For years I suffered with depression, suicide and cutting issues. It started when I was pretty young and continued on until my early twenties. Most of my depression and rebellion was blamed on my parent’s divorce, moving around and all the stress that caused. I was sent to see school counselors, and others not in the school system. Me being the stubborn person I am, decided I didn’t need to talk to them or try to work out any of my “issues”. Instead I turned to cutting…figuring a physical wound would justify the pain of the emotional ones.

The firs time I attempted suicide it was my wrists that I cut, then I attempted my neck and eventually gave up on the suicide attempts and just started cutting. Again with my wrists, my ankles, and any other place you couldn’t notice very well. Most of these attempts were when I was home, in the next room from family…after coming to my sense and realizing this wasn’t the answer I would just jump in the shower, try to wipe it all away and go on pretending life was just fine.

Now, I know people reading this are thinking a few things right now and some common thoughts to stories such as these are:
“This is stupid”, “ Why would anyone ever do such a thing”, “There is more to life than this”, “People who do this are dumb” etc…. Oh I’ve heard it all let me tell you. But from a person who has dealt with this, let me just say, its not as easy as you think. Yes, obviously there is more to life than this but when you are so depressed you don’t see those options. You don’t see those around you who love you and want to help you. You have tunnel vision. You think the world would be a better place with out you, but truth is…it won’t be. You are here for a reason, we all are. So instead of these comments, and if you know someone who is hurting in this way…help them. Reach out a hand and just love them. Don’t tell them they are wrong and stupid, Try LOVE and a bit of GRACE.

It has been almost six years since I have attempted anything or cut myself. Its been a long hard journey but a good one that has taught me a lot of things not just about myself but God.
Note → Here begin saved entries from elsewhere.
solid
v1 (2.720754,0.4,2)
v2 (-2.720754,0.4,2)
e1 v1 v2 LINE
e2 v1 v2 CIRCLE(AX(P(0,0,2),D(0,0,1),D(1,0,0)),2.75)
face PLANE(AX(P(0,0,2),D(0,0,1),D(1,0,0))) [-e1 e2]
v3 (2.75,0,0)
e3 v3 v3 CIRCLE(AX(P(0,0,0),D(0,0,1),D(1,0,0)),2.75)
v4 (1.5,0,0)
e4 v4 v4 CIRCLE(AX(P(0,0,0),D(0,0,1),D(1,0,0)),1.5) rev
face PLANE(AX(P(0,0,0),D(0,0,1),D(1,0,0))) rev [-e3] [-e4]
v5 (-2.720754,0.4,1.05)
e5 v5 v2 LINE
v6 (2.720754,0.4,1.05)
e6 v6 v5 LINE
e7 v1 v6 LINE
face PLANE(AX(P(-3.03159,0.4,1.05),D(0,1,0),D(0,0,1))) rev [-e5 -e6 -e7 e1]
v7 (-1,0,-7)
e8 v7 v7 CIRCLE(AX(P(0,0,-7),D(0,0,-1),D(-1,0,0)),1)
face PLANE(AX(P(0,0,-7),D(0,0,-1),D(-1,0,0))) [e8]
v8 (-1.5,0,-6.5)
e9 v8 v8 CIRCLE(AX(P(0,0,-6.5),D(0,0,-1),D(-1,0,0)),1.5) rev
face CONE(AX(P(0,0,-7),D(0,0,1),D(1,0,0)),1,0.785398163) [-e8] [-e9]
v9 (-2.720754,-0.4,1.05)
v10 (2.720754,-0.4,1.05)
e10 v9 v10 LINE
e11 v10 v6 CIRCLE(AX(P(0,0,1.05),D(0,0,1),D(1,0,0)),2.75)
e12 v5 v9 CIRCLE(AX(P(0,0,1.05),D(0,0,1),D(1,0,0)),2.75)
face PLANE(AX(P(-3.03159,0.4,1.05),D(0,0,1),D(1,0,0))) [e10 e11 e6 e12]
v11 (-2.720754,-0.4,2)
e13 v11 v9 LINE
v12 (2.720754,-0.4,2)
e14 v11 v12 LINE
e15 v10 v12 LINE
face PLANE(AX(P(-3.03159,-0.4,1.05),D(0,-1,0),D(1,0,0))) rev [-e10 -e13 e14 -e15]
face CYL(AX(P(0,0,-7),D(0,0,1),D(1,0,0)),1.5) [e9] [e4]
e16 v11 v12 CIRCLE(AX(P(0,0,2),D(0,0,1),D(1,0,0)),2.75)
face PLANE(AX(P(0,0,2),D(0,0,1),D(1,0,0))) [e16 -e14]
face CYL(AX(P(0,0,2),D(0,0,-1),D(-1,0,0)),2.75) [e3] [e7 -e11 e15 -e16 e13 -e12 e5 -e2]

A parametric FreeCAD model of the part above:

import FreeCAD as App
import Part
import Sketcher

V = App.Vector
Q = App.Units.Quantity


def edges_at(feature, points):
    """Names of the edges that pass closest to the given points."""
    edges = feature.Shape.Edges
    near = lambda p: min(range(len(edges)), key=lambda i: edges[i].distToShape(Part.Vertex(*p))[0])
    return sorted({f"Edge{near(p) + 1}" for p in points})


def add_polygon(sketch, points):
    """Adds a closed chain of lines whose ends are joined by coincident constraints."""
    first, n = sketch.GeometryCount, len(points)
    for a, b in zip(points, points[1:] + points[:1]):
        sketch.addGeometry(Part.LineSegment(App.Vector(*a, 0), App.Vector(*b, 0)), False)
    for i in range(n):
        sketch.addConstraint(Sketcher.Constraint("Coincident", first + i, 2, first + (i + 1) % n, 1))

doc = App.newDocument("Part")
params = doc.addObject("Spreadsheet::Sheet", "Params")
for row, (alias, value) in enumerate([
    ("sketch1_diameter", "5.5 mm"),
    ("pad1_length", "2 mm"),
    ("sketch2_diameter", "3 mm"),
    ("pad2_length", "7 mm"),
    ("sketch3_height", "0.8 mm"),
    ("pocket1_length", "0.95 mm"),
    ("chamfer_size", "0.5 mm"),
], start=1):
    params.set(f"A{row}", alias)
    params.set(f"B{row}", "=" + value)
    params.setAlias(f"B{row}", alias)

body = doc.addObject("PartDesign::Body", "Body")

# Sketch on XY plane
sketch1 = doc.addObject("Sketcher::SketchObject", "Sketch")
body.addObject(sketch1)
sketch1.AttachmentSupport = (doc.XY_Plane, [""])
sketch1.MapMode = "FlatFace"
sketch1.addGeometry(Part.Circle(V(0, 0, 0), V(0, 0, 1), 2.8), False)
sketch1.addConstraint([
    Sketcher.Constraint("Coincident", 0, 3, -1, 1),
    Sketcher.Constraint("Diameter", 0, Q("5.5 mm")),
])
sketch1.setExpression("Constraints[1]", "Params.sketch1_diameter")
pad1 = doc.addObject("PartDesign::Pad", "Pad")
body.addObject(pad1)
pad1.Profile = sketch1
pad1.setExpression("Length", "Params.pad1_length")

# Sketch on XY plane
sketch2 = doc.addObject("Sketcher::SketchObject", "Sketch001")
body.addObject(sketch2)
sketch2.AttachmentSupport = (doc.XY_Plane, [""])
sketch2.MapMode = "FlatFace"
sketch2.addGeometry(Part.Circle(V(0, 0, 0), V(0, 0, 1), 1.5), False)
sketch2.addConstraint([
    Sketcher.Constraint("Coincident", 0, 3, -1, 1),
    Sketcher.Constraint("Diameter", 0, Q("3 mm")),
])
sketch2.setExpression("Constraints[1]", "Params.sketch2_diameter")
pad2 = doc.addObject("PartDesign::Pad", "Pad001")
body.addObject(pad2)
pad2.Profile = sketch2
pad2.setExpression("Length", "Params.pad2_length")
pad2.Reversed = True

# Sketch on XY plane
sketch3 = doc.addObject("Sketcher::SketchObject", "Sketch002")
body.addObject(sketch3)
sketch3.AttachmentSupport = (doc.XY_Plane, [""])
sketch3.MapMode = "FlatFace"
sketch3.AttachmentOffset = App.Placement(V(0, 0, 2), App.Rotation())
add_polygon(sketch3, [(-3, 0.4), (-3, -0.4), (3, -0.4), (3, 0.4)])  # lines 0-3
sketch3.addConstraint([
    Sketcher.Constraint("Vertical", 0),
    Sketcher.Constraint("Horizontal", 1),
    Sketcher.Constraint("Vertical", 2),
    Sketcher.Constraint("Horizontal", 3),
    Sketcher.Constraint("DistanceY", 0, 2, 0, 1, Q("0.8 mm")),
    Sketcher.Constraint("DistanceY", 0, 2, -1, 1, Q("0.4 mm")),
    Sketcher.Constraint("DistanceX", 1, 1, 1, 2, Q("6.034936 mm")),
    Sketcher.Constraint("DistanceX", 0, 2, -1, 1, Q("3.03159 mm")),
])
sketch3.setExpression("Constraints[8]", "Params.sketch3_height")
pocket1 = doc.addObject("PartDesign::Pocket", "Pocket")
body.addObject(pocket1)
pocket1.Profile = sketch3
pocket1.setExpression("Length", "Params.pocket1_length")
doc.recompute()

chamfer = doc.addObject("PartDesign::Chamfer", "Chamfer")
body.addObject(chamfer)
chamfer.Base = (pocket1, edges_at(pocket1, [(-1.5, 0, -7)]))
chamfer.setExpression("Size", "Params.chamfer_size")

doc.recompute()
I am not writing this for people to feel sorry for me or anything like that. I am good now, I’ve grown and realized that yes there is more out there and there’s a plan and a purpose for me being here. I have always been an open book…ask me a question and I’ll answer. But I do write this for people who are suffering, have suffered, or you have a friend or loved one in a situation like this…there is hope!! One resource is an organization called To Write Love On Her Arms Please take a few minutes to check them out! They are amazing in what they do and I wish that when I was dealing with this they were around.

The picture above is of my wrist with the areas of some of my scars highlighted in red.